# Billable/Pay Ratios and Billable Percentages



## RevMen (Jan 26, 2010)

This probably applies more to consulting engineers to in-house engineers.

I'm trying to get a better grasp of what a typical ratio is between billable rate and pay rate, and what a typical expected billable percentage is. My understanding is that a typical billable to pay ratio is 3.0 and a typical expected billable rate is 85%. But I could be wrong. What's your experience?

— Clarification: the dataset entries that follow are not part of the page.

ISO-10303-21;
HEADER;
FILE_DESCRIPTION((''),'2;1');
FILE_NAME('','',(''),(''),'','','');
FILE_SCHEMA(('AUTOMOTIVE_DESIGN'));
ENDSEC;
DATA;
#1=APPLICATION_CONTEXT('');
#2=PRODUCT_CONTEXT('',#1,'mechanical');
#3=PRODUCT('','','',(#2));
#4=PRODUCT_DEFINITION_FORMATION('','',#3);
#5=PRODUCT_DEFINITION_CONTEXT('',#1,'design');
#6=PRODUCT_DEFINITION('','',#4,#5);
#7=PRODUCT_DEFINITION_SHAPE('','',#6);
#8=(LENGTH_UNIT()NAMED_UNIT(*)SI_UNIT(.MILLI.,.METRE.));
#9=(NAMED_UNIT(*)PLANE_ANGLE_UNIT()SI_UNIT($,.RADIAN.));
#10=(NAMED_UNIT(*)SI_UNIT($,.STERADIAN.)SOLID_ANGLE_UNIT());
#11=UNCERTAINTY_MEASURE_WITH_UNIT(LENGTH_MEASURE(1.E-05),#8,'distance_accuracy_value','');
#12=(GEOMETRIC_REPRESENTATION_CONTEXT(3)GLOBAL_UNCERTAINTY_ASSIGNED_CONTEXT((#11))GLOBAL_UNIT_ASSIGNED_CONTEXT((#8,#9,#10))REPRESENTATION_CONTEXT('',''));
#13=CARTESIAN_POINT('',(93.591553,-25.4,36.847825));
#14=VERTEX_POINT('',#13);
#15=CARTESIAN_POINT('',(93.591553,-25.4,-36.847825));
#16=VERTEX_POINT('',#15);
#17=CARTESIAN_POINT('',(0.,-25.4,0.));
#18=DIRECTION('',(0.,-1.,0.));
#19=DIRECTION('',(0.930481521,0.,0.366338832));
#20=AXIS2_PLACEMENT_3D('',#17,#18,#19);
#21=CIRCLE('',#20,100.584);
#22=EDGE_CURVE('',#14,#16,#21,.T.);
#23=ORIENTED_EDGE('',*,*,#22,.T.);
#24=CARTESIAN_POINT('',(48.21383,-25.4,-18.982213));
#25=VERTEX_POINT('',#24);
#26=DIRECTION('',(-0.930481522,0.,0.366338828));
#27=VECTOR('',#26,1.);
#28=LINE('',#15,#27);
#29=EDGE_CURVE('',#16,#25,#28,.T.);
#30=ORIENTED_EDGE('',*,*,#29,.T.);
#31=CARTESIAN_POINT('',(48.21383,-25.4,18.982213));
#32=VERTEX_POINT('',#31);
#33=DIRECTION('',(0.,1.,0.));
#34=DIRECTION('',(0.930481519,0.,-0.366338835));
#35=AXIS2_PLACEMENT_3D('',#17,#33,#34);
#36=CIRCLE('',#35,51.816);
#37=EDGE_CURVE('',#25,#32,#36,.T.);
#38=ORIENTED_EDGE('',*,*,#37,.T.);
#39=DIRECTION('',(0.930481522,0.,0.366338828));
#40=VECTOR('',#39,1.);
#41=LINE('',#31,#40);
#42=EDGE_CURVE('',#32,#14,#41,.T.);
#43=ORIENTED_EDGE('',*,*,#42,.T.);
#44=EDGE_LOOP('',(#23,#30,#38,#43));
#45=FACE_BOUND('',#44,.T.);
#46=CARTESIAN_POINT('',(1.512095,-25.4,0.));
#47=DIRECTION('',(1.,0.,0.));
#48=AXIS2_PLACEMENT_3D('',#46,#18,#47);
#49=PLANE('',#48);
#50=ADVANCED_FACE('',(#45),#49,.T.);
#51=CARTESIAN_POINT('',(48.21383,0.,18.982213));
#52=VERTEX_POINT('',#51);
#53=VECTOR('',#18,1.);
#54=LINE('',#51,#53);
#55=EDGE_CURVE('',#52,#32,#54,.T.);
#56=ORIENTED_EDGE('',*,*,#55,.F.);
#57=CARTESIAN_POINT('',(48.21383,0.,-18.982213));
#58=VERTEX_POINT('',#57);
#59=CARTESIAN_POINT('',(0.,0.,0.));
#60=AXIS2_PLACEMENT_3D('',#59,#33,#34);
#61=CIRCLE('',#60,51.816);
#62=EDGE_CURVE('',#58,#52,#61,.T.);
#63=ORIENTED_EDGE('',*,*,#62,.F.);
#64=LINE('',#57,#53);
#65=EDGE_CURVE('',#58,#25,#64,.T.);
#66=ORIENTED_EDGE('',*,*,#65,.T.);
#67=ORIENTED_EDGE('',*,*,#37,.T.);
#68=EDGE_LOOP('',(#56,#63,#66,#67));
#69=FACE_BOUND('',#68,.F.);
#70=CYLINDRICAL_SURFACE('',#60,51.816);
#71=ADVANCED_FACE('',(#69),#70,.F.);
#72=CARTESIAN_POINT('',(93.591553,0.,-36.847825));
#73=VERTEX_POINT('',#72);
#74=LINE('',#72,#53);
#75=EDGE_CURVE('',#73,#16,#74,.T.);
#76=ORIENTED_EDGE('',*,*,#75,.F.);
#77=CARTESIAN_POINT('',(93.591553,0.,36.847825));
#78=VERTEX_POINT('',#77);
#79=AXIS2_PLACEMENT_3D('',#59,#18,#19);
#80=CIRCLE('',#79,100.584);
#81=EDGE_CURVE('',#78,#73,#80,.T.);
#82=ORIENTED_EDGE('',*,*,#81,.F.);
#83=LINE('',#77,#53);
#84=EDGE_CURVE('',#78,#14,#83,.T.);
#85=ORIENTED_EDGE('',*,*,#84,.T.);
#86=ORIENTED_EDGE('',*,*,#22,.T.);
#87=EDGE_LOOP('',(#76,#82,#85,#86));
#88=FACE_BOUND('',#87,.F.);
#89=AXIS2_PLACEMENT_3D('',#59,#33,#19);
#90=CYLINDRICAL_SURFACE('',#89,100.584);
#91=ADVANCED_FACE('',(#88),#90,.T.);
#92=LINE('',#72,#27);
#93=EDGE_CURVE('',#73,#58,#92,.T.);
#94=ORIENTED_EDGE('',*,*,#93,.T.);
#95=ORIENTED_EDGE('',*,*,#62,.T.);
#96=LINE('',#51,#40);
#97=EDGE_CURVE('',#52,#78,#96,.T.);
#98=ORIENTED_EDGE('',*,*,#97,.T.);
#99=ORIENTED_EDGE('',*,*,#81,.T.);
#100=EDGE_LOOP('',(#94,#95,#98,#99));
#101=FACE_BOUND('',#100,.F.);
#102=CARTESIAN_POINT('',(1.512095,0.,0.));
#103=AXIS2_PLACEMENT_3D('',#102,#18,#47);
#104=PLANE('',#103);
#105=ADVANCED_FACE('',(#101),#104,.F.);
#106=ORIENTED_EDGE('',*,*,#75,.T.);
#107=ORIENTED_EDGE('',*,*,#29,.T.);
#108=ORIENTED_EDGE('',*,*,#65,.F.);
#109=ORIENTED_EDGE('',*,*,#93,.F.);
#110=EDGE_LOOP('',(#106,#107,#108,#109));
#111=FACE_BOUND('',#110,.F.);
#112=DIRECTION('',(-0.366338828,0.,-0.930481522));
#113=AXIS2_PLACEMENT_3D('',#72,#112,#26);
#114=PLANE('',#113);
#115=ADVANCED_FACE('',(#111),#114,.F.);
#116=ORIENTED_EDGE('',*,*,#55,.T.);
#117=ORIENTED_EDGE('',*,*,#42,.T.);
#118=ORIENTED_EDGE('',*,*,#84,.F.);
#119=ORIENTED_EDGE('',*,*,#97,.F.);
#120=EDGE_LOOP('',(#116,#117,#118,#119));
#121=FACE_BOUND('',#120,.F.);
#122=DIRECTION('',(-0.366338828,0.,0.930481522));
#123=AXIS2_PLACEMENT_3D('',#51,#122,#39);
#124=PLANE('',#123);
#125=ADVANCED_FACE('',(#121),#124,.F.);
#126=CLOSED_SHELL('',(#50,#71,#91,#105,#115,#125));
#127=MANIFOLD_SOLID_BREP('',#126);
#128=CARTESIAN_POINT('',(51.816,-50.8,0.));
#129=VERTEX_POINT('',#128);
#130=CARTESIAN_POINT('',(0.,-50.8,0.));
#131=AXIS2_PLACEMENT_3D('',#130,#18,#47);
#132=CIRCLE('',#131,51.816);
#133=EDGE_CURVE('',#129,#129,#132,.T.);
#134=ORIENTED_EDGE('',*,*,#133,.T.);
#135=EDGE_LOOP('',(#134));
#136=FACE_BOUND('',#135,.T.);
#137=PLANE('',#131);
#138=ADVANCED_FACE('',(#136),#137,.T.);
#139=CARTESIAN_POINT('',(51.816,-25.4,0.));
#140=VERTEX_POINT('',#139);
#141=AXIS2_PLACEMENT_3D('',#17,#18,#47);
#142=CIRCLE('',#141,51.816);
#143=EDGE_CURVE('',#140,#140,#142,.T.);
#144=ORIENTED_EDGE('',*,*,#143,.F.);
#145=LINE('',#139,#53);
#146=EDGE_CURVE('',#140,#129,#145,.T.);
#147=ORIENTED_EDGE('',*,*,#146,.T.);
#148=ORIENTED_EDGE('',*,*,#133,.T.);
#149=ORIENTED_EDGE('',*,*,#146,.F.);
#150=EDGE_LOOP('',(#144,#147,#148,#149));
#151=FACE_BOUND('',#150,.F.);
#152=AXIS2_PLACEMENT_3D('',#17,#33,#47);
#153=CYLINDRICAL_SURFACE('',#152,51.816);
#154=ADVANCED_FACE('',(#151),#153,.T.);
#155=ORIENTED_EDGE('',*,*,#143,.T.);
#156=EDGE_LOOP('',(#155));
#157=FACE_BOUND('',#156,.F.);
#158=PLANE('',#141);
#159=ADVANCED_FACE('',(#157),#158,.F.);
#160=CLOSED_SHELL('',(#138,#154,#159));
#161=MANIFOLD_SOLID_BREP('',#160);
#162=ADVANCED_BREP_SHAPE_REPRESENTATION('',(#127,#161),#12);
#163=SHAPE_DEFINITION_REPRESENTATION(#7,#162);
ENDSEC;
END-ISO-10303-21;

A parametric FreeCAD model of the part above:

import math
import FreeCAD as App
import Part
import Sketcher
from FreeCAD import Vector
Q = App.Units.Quantity

doc = App.newDocument("Part")
params = doc.addObject("Spreadsheet::Sheet", "Params")
for row, (alias, value) in enumerate([
    ("sketch1_radius", "3.96 in"),
    ("sketch1_radius2", "2.04 in"),
    ("pad1_length", "1 in"),
    ("sketch2_diameter", "4.08 in"),
    ("pad2_length", "1 in"),
], start=1):
    params.set(f"A{row}", alias)
    params.set(f"B{row}", "=" + value)
    params.setAlias(f"B{row}", alias)

body = doc.addObject("PartDesign::Body", "Body")

# Sketch on XZ plane
sketch1 = doc.addObject("Sketcher::SketchObject", "Sketch")
body.addObject(sketch1)
sketch1.AttachmentSupport = (doc.XZ_Plane, [""])
sketch1.MapMode = "FlatFace"
sketch1.addGeometry([
    Part.LineSegment(Vector(48, 19, 0), Vector(94, 37, 0)),
    Part.ArcOfCircle(Part.Circle(Vector(0, 0, 0), Vector(0, 0, 1), 101), math.radians(21), math.radians(339)),
    Part.LineSegment(Vector(94, -37, 0), Vector(48, -19, 0)),
    Part.ArcOfCircle(Part.Circle(Vector(0, 0, 0), Vector(0, 0, 1), 52), math.radians(21), math.radians(339)),
], False)
sketch1.addConstraint([
    Sketcher.Constraint("Coincident", 0, 2, 1, 1),
    Sketcher.Constraint("Coincident", 1, 2, 2, 1),
    Sketcher.Constraint("Coincident", 2, 2, 3, 2),
    Sketcher.Constraint("Coincident", 3, 1, 0, 1),
    Sketcher.Constraint("Coincident", 1, 3, -1, 1),
    Sketcher.Constraint("Coincident", 3, 3, -1, 1),
    Sketcher.Constraint("Vertical", 0, 2, 1, 2),
    Sketcher.Constraint("Vertical", 2, 2, 3, 1),
    Sketcher.Constraint("Radius", 1, Q("3.96 in")),
    Sketcher.Constraint("Radius", 3, Q("2.04 in")),
    Sketcher.Constraint("Angle", 0, Q("21.49 deg")),
    Sketcher.Constraint("DistanceX", -1, 1, 2, 2, 48.21383),
])
sketch1.setExpression("Constraints[8]", "Params.sketch1_radius")
sketch1.setExpression("Constraints[9]", "Params.sketch1_radius2")
pad1 = doc.addObject("PartDesign::Pad", "Pad")
body.addObject(pad1)
pad1.Profile = sketch1
pad1.setExpression("Length", "Params.pad1_length")
body2 = doc.addObject("PartDesign::Body", "Body001")

# Sketch on XZ plane
sketch2 = doc.addObject("Sketcher::SketchObject", "Sketch001")
body2.addObject(sketch2)
sketch2.AttachmentSupport = (doc.getObject("XZ_Plane001"), [""])
sketch2.MapMode = "FlatFace"
sketch2.AttachmentOffset = App.Placement(Vector(0, 0, 1 * 25.4), App.Rotation())
sketch2.addGeometry(Part.Circle(Vector(0, 0, 0), Vector(0, 0, 1), 52), False)
sketch2.addConstraint([
    Sketcher.Constraint("Coincident", 0, 3, -1, 1),
    Sketcher.Constraint("Diameter", 0, Q("4.08 in")),
])
sketch2.setExpression("Constraints[1]", "Params.sketch2_diameter")
pad2 = doc.addObject("PartDesign::Pad", "Pad001")
body2.addObject(pad2)
pad2.Profile = sketch2
pad2.setExpression("Length", "Params.pad2_length")

doc.recompute()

I just got a good pay raise, but my billable rate went up even more. They're now at a ratio of 3.9. We don't have a specified minimum billable percentage but we probably operate in the 75% range (we're a small house and we do a lot of research papers).


----------



## JoeBoone82 (Jan 27, 2010)

I dont really get to see many of the numbers at my level, but I believe we are around the 2.85 +/- range from what I've heard, depending on the discipline and the client. i.e. Dept of Transp. projects have set multipliers which are lower than other projects. Our percentages are based on our position, most pure designers are around 88%. The managers, administration, etc are of course lower.


----------



## Santiagj (Jan 27, 2010)

I usually see multiplyers of 2.7-2.85 for the consultants I use. I would think that 3.9 is extremely high. As a client I would throw a s**t fit is I saw a multiple like that. But on the other hand you can always estimate the hours higher to make up for it.


----------



## Dexman PE (Jan 27, 2010)

Our multipliers depend on the client, project, and the position of the people on the project (each project has a project specific rate sheet). Sometimes I'm the PM, other times I'm not. Obviously my salary stays the same, but the billable rate changes. Our billable rates are determined by the average salary of everyone at that level, so if I'm paid 3-4% higher than someone else at the same level the individual multiplier will vary.


----------



## civil12 (Jan 27, 2010)

"I would say in a given day i get about 15 min. of good hard work done"


----------



## Hromis1 (Jan 28, 2010)

Our multipliers are around 2.2 for the worst rate schedule we have. They go down from there if you start send big contracts our way. However, the average guy we employ has more than 20 years experience, some 40 years. It is the best group of people I have ever worked with. We keep our fixed overhead to a minimum and most the money goes straight to salary. On an hourly basis, I'm paid as well or better than many other engineers I know. Plus, in a tough economy, it makes a heck of a sales point. Numbers wise, we are a mid-sized firm, but with a select niche, big-name client base.

Just yesterday I had a mid level engineer complain to me that he was being forced to use another "Big" engineering firm who's rates are closer to 4. To make it worse, they sent him a bunch of job-shoppers with limited experience. This was a "board-room" decision to hire this 2nd firm. Not the plant level guys. Already the client is coming back to us.

It appears that some of the big mark-ups impressed people at first with the fancy offices they produce. But now that times are tough, we are winning back our client base.

FYI, I usually see mark-ups of 10% on outside consultants, we keep ours down to 5%, or nothing if our client pays them directly.


----------